- Activity -
One part of the entries below is wanted: the lines from the one containing "#24=VERTEX_POINT('',#23);" through the one containing "#46=CYLINDRICAL_SURFACE('',#45,2.);". Write those out exactly and nothing else.

----

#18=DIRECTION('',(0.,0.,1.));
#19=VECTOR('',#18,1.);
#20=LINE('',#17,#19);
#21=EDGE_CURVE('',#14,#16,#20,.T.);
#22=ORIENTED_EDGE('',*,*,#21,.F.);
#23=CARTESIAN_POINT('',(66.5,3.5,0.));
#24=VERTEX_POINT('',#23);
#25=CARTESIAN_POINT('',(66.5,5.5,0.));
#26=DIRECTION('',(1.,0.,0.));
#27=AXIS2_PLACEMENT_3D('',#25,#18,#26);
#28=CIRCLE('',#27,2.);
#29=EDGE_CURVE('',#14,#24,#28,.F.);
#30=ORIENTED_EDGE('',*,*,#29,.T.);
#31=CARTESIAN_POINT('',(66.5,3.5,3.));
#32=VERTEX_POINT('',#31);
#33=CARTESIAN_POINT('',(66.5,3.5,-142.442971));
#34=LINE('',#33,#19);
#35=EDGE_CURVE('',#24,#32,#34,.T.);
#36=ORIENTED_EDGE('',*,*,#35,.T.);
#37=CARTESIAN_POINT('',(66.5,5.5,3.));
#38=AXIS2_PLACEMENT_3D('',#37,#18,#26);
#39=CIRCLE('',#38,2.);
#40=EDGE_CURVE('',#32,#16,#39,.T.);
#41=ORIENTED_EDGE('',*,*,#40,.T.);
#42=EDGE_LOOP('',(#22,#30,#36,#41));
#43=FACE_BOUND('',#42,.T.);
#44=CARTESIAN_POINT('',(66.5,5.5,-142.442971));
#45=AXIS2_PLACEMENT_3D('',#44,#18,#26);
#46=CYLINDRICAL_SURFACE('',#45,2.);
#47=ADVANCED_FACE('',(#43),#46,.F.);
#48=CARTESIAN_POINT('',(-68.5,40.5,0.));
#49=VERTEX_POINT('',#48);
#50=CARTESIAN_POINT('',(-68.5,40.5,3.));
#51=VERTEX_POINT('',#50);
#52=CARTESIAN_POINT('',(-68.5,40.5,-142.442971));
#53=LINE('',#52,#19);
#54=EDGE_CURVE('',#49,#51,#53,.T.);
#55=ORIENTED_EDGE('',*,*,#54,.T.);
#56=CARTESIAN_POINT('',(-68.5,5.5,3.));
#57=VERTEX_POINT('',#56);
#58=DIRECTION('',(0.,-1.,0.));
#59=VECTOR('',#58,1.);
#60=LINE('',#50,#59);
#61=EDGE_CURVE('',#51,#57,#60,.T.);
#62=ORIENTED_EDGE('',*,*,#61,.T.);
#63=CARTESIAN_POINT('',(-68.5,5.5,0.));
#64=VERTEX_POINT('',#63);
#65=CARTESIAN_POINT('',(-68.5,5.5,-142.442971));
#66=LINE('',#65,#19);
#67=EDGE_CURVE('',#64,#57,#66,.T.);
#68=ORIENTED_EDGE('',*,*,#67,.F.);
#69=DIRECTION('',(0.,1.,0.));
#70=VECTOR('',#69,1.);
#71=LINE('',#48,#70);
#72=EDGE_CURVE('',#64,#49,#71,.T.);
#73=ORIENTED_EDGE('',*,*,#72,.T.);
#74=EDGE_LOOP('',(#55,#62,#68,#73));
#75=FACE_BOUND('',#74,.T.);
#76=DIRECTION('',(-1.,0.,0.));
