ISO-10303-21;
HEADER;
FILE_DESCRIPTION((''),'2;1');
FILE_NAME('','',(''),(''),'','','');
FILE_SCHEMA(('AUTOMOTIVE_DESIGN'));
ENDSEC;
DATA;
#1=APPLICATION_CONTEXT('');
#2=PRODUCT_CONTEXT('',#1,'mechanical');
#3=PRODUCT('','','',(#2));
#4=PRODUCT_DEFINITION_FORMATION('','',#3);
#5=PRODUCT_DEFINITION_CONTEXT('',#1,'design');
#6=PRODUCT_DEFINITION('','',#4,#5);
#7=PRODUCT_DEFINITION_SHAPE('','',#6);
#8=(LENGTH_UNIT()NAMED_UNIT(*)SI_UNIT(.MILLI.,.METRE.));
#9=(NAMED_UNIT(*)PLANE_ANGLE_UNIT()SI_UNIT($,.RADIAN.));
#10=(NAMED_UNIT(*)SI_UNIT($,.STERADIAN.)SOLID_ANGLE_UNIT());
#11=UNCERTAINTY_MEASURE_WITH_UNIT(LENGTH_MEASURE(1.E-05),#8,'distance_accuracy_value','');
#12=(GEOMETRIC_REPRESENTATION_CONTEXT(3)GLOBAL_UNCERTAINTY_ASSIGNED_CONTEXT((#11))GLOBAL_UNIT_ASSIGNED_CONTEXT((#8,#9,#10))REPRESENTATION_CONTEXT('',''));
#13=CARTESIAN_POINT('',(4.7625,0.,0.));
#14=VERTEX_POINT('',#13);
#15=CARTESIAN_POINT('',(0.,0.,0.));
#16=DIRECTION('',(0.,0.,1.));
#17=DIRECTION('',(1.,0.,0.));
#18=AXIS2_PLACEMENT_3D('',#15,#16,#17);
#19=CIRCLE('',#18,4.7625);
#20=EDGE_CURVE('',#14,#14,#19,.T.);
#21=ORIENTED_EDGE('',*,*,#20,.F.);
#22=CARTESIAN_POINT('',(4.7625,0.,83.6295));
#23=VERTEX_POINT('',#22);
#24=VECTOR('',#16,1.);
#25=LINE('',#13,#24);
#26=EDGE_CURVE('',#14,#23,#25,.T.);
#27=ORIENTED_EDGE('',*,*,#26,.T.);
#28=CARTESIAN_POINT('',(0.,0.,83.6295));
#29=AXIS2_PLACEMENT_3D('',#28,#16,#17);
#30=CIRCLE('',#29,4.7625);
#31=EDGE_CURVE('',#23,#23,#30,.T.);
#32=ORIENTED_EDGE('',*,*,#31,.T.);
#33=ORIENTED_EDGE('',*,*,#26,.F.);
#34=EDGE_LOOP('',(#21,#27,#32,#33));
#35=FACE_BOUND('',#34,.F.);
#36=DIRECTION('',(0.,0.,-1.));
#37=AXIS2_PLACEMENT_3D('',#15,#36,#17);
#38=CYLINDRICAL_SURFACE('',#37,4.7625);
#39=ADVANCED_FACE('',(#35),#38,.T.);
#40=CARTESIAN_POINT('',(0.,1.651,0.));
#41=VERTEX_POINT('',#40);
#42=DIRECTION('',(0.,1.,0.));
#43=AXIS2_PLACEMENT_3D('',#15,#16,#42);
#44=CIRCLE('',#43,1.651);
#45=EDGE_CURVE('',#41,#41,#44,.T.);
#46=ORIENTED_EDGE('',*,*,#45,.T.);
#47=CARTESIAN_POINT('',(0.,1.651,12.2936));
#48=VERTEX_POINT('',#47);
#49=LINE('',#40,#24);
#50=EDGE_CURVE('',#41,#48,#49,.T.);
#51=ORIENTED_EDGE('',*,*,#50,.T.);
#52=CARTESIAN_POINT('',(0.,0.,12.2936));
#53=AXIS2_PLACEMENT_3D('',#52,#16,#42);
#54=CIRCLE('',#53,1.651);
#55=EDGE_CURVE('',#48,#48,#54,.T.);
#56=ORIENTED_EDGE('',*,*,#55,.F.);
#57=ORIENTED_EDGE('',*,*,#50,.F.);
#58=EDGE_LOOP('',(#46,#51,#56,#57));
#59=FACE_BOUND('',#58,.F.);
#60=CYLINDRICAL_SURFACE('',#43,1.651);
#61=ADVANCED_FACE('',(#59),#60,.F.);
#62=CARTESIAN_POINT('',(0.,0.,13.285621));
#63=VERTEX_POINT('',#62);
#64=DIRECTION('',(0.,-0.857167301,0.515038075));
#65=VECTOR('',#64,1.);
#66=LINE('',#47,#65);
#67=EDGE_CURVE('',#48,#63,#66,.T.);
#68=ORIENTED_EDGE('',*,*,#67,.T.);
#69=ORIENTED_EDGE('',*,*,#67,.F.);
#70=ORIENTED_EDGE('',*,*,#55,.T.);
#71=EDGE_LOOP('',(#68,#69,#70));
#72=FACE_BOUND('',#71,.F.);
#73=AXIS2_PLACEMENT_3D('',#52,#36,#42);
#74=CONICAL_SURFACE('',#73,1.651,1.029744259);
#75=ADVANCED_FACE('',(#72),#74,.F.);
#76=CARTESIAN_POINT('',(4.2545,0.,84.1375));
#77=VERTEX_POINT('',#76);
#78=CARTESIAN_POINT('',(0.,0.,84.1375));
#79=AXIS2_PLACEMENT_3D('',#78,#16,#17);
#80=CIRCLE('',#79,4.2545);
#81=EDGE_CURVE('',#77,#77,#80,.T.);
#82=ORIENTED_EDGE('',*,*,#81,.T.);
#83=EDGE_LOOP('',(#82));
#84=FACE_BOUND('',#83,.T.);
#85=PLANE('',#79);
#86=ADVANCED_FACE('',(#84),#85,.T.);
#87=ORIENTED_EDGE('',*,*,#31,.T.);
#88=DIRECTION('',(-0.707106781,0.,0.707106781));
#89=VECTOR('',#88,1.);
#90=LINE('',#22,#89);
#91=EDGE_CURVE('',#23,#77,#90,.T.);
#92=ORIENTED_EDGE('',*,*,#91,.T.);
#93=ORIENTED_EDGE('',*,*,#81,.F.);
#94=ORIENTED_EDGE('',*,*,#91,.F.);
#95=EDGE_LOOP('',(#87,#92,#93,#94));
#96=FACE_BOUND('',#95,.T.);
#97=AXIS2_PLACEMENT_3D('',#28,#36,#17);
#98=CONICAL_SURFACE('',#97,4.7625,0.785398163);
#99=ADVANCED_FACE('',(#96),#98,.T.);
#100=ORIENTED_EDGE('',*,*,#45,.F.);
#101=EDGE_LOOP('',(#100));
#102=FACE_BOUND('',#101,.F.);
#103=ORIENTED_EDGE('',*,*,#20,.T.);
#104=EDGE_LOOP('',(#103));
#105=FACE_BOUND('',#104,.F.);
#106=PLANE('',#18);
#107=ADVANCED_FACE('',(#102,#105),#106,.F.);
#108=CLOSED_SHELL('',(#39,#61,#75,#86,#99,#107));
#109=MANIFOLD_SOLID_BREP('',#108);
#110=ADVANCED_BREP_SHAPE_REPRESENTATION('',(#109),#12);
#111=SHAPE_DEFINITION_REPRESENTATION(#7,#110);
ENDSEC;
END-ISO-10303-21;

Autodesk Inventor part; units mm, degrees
ref_plane "YZ Plane" through (0, 0, 0) normal (1, 0, 0) x (0, 1, 0)
ref_plane "XZ Plane" through (0, 0, 0) normal (0, 1, 0) x (-1, 0, 0)
ref_plane "XY Plane" through (0, 0, 0) normal (0, 0, 1) x (1, 0, 0)
sketch "Sketch1" plane through (0, 0, 0) normal (0, 0, 1) x (1, 0, 0)
  circle A0 centre (0, 0) radius 4.7625
  dimension "d0" = 9.525
extrude "Extrusion1" add sketch "Sketch1" along normal blind 84.1375
sketch "Sketch2" plane through (0, 0, 0) normal (0, 0, -1) x (-1, 0, 0)
  point P0 (0, 0)
  point P1 (0, 0)
hole "Hole1" at (0, 0, 0) direction (0, 0, 1) diameter 3.302 depth 12.2936 tip angle 118 thread size "8-32 UNC" class "2B" standard "ANSI Unified Screw Threads"
chamfer "Chamfer1" distance 0.508 angle 45 1 edges at (-4.7625, 0, 84.1375)
properties part number "post"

----

- Task answer -
#24=VERTEX_POINT('',#23);
#25=CARTESIAN_POINT('',(66.5,5.5,0.));
#26=DIRECTION('',(1.,0.,0.));
#27=AXIS2_PLACEMENT_3D('',#25,#18,#26);
#28=CIRCLE('',#27,2.);
#29=EDGE_CURVE('',#14,#24,#28,.F.);
#30=ORIENTED_EDGE('',*,*,#29,.T.);
#31=CARTESIAN_POINT('',(66.5,3.5,3.));
#32=VERTEX_POINT('',#31);
#33=CARTESIAN_POINT('',(66.5,3.5,-142.442971));
#34=LINE('',#33,#19);
#35=EDGE_CURVE('',#24,#32,#34,.T.);
#36=ORIENTED_EDGE('',*,*,#35,.T.);
#37=CARTESIAN_POINT('',(66.5,5.5,3.));
#38=AXIS2_PLACEMENT_3D('',#37,#18,#26);
#39=CIRCLE('',#38,2.);
#40=EDGE_CURVE('',#32,#16,#39,.T.);
#41=ORIENTED_EDGE('',*,*,#40,.T.);
#42=EDGE_LOOP('',(#22,#30,#36,#41));
#43=FACE_BOUND('',#42,.T.);
#44=CARTESIAN_POINT('',(66.5,5.5,-142.442971));
#45=AXIS2_PLACEMENT_3D('',#44,#18,#26);
#46=CYLINDRICAL_SURFACE('',#45,2.);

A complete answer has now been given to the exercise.